MATERIAL SUPPLIED:
★ ★ ★ ★ ★

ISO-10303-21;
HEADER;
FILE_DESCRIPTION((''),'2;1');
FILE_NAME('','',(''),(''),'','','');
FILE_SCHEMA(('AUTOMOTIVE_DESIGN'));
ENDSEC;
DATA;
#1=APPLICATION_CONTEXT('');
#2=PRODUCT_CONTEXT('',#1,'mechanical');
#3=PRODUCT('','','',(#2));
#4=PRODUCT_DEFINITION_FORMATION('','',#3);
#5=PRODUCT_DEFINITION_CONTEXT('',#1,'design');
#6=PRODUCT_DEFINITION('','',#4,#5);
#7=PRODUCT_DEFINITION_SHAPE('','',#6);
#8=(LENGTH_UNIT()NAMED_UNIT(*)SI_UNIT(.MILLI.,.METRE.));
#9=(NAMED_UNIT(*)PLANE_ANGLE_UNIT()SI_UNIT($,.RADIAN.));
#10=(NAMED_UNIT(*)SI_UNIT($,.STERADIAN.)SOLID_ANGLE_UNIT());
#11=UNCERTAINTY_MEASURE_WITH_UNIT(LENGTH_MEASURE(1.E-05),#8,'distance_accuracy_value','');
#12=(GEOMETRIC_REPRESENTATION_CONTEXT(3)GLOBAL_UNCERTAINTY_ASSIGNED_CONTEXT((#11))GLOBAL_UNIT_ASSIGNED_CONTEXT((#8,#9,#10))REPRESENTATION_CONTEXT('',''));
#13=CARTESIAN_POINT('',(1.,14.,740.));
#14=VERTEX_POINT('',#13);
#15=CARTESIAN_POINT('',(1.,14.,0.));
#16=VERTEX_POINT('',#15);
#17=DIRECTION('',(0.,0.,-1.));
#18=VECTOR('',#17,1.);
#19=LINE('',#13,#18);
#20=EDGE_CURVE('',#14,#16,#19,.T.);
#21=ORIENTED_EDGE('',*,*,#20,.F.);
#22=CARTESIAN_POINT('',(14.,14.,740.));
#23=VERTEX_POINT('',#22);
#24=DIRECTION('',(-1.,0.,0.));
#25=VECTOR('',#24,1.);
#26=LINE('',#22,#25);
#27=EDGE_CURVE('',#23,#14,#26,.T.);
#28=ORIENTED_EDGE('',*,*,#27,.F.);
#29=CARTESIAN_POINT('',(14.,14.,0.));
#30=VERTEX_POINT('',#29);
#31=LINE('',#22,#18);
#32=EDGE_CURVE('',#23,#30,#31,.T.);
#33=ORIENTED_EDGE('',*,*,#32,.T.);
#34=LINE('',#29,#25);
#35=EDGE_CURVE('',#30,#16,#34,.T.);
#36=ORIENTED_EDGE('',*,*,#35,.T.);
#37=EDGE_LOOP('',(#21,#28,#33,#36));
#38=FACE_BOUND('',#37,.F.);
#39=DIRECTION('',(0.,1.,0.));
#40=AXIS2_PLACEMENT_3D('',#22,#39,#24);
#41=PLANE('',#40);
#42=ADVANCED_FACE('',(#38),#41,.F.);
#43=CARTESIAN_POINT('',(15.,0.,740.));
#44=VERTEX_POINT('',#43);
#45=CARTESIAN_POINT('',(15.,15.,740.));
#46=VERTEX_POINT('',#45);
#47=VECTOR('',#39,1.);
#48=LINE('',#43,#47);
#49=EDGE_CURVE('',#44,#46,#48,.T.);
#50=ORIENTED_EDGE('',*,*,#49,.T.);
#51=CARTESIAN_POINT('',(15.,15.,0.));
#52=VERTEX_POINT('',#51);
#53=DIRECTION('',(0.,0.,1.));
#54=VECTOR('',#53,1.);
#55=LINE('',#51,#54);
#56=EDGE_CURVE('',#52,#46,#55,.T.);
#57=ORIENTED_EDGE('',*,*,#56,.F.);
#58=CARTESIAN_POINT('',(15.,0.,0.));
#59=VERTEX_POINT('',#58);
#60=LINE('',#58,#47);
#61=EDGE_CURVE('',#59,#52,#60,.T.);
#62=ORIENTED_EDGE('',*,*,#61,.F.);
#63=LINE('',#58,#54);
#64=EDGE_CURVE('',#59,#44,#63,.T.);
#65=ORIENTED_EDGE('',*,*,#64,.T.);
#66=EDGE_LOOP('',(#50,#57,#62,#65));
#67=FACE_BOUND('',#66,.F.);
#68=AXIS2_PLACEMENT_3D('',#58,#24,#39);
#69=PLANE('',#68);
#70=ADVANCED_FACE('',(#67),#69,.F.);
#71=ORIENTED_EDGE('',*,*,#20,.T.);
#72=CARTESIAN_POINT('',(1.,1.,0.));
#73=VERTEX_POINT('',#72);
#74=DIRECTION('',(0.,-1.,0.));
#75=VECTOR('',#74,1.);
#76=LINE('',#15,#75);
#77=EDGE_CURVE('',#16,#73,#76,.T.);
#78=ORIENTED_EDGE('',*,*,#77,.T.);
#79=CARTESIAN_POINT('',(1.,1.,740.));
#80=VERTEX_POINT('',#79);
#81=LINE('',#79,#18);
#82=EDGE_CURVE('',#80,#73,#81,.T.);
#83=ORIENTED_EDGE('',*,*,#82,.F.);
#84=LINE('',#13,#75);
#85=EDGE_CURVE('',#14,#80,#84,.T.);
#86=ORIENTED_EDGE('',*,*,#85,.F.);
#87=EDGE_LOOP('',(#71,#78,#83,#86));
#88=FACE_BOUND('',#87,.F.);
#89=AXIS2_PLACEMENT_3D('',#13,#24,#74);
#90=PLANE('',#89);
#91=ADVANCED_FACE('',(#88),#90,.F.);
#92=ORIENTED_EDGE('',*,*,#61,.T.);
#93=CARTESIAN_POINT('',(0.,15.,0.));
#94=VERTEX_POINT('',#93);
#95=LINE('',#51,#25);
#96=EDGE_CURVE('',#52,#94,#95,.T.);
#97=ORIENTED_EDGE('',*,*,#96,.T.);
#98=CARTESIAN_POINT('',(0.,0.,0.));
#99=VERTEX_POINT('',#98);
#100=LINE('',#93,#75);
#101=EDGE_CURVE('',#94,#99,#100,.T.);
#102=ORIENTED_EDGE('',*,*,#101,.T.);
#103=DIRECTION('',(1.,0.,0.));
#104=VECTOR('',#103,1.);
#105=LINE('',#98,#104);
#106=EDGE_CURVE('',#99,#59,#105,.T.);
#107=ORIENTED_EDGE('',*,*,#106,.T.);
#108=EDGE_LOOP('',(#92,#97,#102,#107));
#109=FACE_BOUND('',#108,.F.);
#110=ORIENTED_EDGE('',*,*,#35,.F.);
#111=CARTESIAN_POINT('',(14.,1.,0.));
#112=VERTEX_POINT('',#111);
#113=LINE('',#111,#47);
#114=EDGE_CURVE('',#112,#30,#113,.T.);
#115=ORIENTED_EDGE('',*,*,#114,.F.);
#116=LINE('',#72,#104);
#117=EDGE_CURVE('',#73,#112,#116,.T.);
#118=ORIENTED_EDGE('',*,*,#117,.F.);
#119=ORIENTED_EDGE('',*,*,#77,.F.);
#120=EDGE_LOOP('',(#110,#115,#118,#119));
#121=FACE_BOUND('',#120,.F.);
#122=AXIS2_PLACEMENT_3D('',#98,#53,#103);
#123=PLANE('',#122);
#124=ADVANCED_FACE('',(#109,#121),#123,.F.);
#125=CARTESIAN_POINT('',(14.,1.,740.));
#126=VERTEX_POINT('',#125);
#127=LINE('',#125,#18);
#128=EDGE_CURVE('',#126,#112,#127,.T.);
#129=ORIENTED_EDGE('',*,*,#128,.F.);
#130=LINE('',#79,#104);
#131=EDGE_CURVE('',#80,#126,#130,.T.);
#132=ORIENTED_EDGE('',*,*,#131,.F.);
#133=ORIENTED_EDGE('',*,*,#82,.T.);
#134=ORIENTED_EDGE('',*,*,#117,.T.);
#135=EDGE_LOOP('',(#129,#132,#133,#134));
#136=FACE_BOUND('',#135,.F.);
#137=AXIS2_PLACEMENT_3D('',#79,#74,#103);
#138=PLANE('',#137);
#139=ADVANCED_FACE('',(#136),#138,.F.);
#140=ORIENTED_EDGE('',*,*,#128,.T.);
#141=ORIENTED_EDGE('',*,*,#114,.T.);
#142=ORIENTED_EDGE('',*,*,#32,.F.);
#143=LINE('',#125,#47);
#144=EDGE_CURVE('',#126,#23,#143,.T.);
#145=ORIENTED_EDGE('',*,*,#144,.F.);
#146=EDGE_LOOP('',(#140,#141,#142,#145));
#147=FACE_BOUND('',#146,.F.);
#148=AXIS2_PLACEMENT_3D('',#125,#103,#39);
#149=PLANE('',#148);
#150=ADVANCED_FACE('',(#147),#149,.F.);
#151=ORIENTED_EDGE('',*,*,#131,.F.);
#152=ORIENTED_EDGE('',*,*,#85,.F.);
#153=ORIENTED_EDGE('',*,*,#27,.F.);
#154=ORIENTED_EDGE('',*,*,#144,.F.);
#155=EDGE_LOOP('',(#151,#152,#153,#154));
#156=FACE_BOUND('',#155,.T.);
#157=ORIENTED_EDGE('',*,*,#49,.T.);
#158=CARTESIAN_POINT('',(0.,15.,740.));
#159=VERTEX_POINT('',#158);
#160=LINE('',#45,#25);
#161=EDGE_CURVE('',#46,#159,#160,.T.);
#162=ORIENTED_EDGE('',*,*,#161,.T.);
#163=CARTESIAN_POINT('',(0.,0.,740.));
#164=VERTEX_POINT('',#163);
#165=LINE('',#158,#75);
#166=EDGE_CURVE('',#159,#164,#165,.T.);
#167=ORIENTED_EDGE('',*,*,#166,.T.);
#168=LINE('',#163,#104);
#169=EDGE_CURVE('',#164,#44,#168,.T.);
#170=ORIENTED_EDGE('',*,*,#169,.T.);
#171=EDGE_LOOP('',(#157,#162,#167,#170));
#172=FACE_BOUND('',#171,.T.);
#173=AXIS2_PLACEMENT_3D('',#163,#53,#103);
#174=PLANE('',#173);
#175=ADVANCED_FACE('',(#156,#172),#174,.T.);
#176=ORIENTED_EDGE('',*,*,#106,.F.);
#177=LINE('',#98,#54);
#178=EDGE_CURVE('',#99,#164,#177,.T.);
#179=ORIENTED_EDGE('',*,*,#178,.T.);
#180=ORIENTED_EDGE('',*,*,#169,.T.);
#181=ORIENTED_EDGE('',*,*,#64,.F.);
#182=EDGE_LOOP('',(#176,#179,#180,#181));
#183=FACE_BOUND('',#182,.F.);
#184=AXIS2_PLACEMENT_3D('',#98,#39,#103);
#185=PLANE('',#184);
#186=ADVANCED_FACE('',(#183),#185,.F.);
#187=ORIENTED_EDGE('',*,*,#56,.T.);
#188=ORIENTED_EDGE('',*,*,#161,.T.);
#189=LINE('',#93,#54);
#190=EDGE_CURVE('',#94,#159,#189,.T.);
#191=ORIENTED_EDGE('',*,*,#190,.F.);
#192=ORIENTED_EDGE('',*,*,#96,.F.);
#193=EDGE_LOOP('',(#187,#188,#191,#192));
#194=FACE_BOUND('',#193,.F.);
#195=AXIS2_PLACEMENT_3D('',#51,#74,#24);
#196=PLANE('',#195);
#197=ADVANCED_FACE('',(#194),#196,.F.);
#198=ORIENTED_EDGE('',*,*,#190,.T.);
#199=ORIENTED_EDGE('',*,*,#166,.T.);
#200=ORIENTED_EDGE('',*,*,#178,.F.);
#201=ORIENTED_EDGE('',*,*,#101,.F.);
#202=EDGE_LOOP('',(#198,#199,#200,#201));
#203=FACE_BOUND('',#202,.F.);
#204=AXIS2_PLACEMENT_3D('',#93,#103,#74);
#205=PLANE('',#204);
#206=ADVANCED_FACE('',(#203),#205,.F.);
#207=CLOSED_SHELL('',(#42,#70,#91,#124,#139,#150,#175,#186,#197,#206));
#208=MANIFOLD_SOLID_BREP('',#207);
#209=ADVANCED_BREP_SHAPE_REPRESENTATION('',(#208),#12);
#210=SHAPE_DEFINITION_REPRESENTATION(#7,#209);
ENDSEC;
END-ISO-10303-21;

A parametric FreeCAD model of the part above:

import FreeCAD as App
import Part
import Sketcher
from FreeCAD import Vector


def add_polygon(sketch, points):
    """Adds a closed chain of lines whose ends are joined by coincident constraints."""
    first, n = sketch.GeometryCount, len(points)
    for a, b in zip(points, points[1:] + points[:1]):
        sketch.addGeometry(Part.LineSegment(App.Vector(*a, 0), App.Vector(*b, 0)), False)
    for i in range(n):
        sketch.addConstraint(Sketcher.Constraint("Coincident", first + i, 2, first + (i + 1) % n, 1))

doc = App.newDocument("Part")
body = doc.addObject("PartDesign::Body", "Body")

# Sketch on XY plane
sketch1 = doc.addObject("Sketcher::SketchObject", "Sketch")
body.addObject(sketch1)
sketch1.AttachmentSupport = (doc.XY_Plane, [""])
sketch1.MapMode = "FlatFace"
add_polygon(sketch1, [(0, 15), (0, 0), (15, 0), (15, 15)])  # lines 0-3
sketch1.addConstraint(Sketcher.Constraint("Vertical", 0))
sketch1.addConstraint(Sketcher.Constraint("Horizontal", 1))
sketch1.addConstraint(Sketcher.Constraint("Vertical", 2))
sketch1.addConstraint(Sketcher.Constraint("Horizontal", 3))
sketch1.addConstraint(Sketcher.Constraint("Coincident", 0, 2, -1, 1))
sketch1.addConstraint(Sketcher.Constraint("Equal", 3, 0))
sketch1.addConstraint(Sketcher.Constraint("DistanceX", 1, 1, 1, 2, 15.0))
pad1 = doc.addObject("PartDesign::Pad", "Pad")
body.addObject(pad1)
pad1.Profile = sketch1
pad1.Length = 740

# Sketch on XY plane
sketch2 = doc.addObject("Sketcher::SketchObject", "Sketch001")
body.addObject(sketch2)
sketch2.AttachmentSupport = (doc.XY_Plane, [""])
sketch2.MapMode = "FlatFace"
sketch2.AttachmentOffset = App.Placement(Vector(0, 0, 740), App.Rotation())
add_polygon(sketch2, [(1, 14), (1, 1), (14, 1), (14, 14)])  # lines 0-3
sketch2.addConstraint(Sketcher.Constraint("Vertical", 0))
sketch2.addConstraint(Sketcher.Constraint("Horizontal", 1))
sketch2.addConstraint(Sketcher.Constraint("Vertical", 2))
sketch2.addConstraint(Sketcher.Constraint("Horizontal", 3))
sketch2.addConstraint(Sketcher.Constraint("Equal", 3, 0))
sketch2.addConstraint(Sketcher.Constraint("DistanceX", 1, 1, 1, 2, 13.0))
sketch2.addConstraint(Sketcher.Constraint("DistanceX", -1, 1, 0, 2, 1.0))
sketch2.addConstraint(Sketcher.Constraint("DistanceY", -1, 1, 0, 2, 1.0))
pocket1 = doc.addObject("PartDesign::Pocket", "Pocket")
body.addObject(pocket1)
pocket1.Profile = sketch2
pocket1.Length = 740

doc.recompute()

★ ★ ★ ★ ★

PROBLEM TO WORK ON:
Give back exactly the lines of the listing above, starting with its first line and ending with the line that holds "#8=(LENGTH_UNIT()NAMED_UNIT(*)SI_UNIT(.MILLI.,.METRE.));".

ANSWER TO THE PROBLEM:
ISO-10303-21;
HEADER;
FILE_DESCRIPTION((''),'2;1');
FILE_NAME('','',(''),(''),'','','');
FILE_SCHEMA(('AUTOMOTIVE_DESIGN'));
ENDSEC;
DATA;
#1=APPLICATION_CONTEXT('');
#2=PRODUCT_CONTEXT('',#1,'mechanical');
#3=PRODUCT('','','',(#2));
#4=PRODUCT_DEFINITION_FORMATION('','',#3);
#5=PRODUCT_DEFINITION_CONTEXT('',#1,'design');
#6=PRODUCT_DEFINITION('','',#4,#5);
#7=PRODUCT_DEFINITION_SHAPE('','',#6);
#8=(LENGTH_UNIT()NAMED_UNIT(*)SI_UNIT(.MILLI.,.METRE.));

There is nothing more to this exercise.